**Information given**:
*** Block opens ***
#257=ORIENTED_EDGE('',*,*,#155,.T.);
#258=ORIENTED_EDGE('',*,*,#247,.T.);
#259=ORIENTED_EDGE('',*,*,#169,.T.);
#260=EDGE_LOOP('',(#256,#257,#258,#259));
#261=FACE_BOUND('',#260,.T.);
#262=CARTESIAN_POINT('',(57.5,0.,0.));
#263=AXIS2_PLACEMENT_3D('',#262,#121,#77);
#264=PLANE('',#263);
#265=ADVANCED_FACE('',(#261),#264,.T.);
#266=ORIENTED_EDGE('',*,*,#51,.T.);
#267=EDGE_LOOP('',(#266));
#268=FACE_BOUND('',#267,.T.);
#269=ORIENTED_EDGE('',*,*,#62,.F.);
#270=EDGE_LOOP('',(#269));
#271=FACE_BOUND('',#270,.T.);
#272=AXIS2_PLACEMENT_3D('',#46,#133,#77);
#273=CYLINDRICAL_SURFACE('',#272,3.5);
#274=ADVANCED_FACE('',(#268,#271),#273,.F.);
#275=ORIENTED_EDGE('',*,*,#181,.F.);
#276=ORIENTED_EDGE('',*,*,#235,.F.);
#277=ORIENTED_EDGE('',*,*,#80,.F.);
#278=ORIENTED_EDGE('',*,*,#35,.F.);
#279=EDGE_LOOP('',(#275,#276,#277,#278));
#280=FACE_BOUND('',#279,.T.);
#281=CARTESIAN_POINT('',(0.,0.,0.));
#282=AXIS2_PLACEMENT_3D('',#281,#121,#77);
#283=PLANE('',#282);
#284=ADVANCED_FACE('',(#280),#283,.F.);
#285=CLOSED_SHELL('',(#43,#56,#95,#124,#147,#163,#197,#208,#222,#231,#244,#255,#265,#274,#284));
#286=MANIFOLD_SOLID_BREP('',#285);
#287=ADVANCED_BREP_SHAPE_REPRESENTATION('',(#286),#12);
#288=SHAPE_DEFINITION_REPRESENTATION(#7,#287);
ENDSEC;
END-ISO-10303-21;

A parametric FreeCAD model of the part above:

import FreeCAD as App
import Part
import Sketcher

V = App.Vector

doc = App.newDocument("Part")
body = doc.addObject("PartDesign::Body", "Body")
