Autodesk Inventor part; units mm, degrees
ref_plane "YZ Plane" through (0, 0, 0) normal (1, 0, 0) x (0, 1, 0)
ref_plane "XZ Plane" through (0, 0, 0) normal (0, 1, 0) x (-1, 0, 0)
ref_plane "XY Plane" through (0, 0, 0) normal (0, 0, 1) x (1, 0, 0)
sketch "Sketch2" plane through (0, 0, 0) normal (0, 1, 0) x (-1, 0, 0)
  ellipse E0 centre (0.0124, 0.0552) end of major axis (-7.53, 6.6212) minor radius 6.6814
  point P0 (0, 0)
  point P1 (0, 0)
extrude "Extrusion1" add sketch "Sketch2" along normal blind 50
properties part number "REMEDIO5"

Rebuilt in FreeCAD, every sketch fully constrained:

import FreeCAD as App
import Part
import Sketcher

V = App.Vector

doc = App.newDocument("Part")
params = doc.addObject("Spreadsheet::Sheet", "Params")
for row, (alias, value) in enumerate([
    ("pad1_length", "50 mm"),
], start=1):
    params.set(f"A{row}", alias)
    params.set(f"B{row}", "=" + value)
    params.setAlias(f"B{row}", alias)

body = doc.addObject("PartDesign::Body", "Body")

sketch1 = body.newObject("Sketcher::SketchObject", "Sketch")
sketch1.AttachmentSupport = (doc.getObject("XZ_Plane"), [""])
sketch1.MapMode = "FlatFace"
sketch1.addGeometry(Part.Ellipse(V(7.53, 6.6212, 0), V(-4.399404, 5.094575, 0), V(-0.0124, 0.0552, 0)), False)
sketch1.addConstraint(Sketcher.Constraint("Block", 0))
pad1 = body.newObject("PartDesign::Pad", "Pad")
pad1.Profile = sketch1
pad1.setExpression("Length", "Params.pad1_length")
pad1.Reversed = True

doc.recompute()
*** Block closes ***
Looking at the records above, return exactly the lines from the line with "#281=CARTESIAN_POINT('',(0.,0.,0.));" to the line with "Rebuilt in FreeCAD, every", both ends included.

#281=CARTESIAN_POINT('',(0.,0.,0.));
#282=AXIS2_PLACEMENT_3D('',#281,#121,#77);
#283=PLANE('',#282);
#284=ADVANCED_FACE('',(#280),#283,.F.);
#285=CLOSED_SHELL('',(#43,#56,#95,#124,#147,#163,#197,#208,#222,#231,#244,#255,#265,#274,#284));
#286=MANIFOLD_SOLID_BREP('',#285);
#287=ADVANCED_BREP_SHAPE_REPRESENTATION('',(#286),#12);
#288=SHAPE_DEFINITION_REPRESENTATION(#7,#287);
ENDSEC;
END-ISO-10303-21;

A parametric FreeCAD model of the part above:

import FreeCAD as App
import Part
import Sketcher

V = App.Vector

doc = App.newDocument("Part")
body = doc.addObject("PartDesign::Body", "Body")
Autodesk Inventor part; units mm, degrees
ref_plane "YZ Plane" through (0, 0, 0) normal (1, 0, 0) x (0, 1, 0)
ref_plane "XZ Plane" through (0, 0, 0) normal (0, 1, 0) x (-1, 0, 0)
ref_plane "XY Plane" through (0, 0, 0) normal (0, 0, 1) x (1, 0, 0)
sketch "Sketch2" plane through (0, 0, 0) normal (0, 1, 0) x (-1, 0, 0)
  ellipse E0 centre (0.0124, 0.0552) end of major axis (-7.53, 6.6212) minor radius 6.6814
  point P0 (0, 0)
  point P1 (0, 0)
extrude "Extrusion1" add sketch "Sketch2" along normal blind 50
properties part number "REMEDIO5"

Rebuilt in FreeCAD, every sketch fully constrained:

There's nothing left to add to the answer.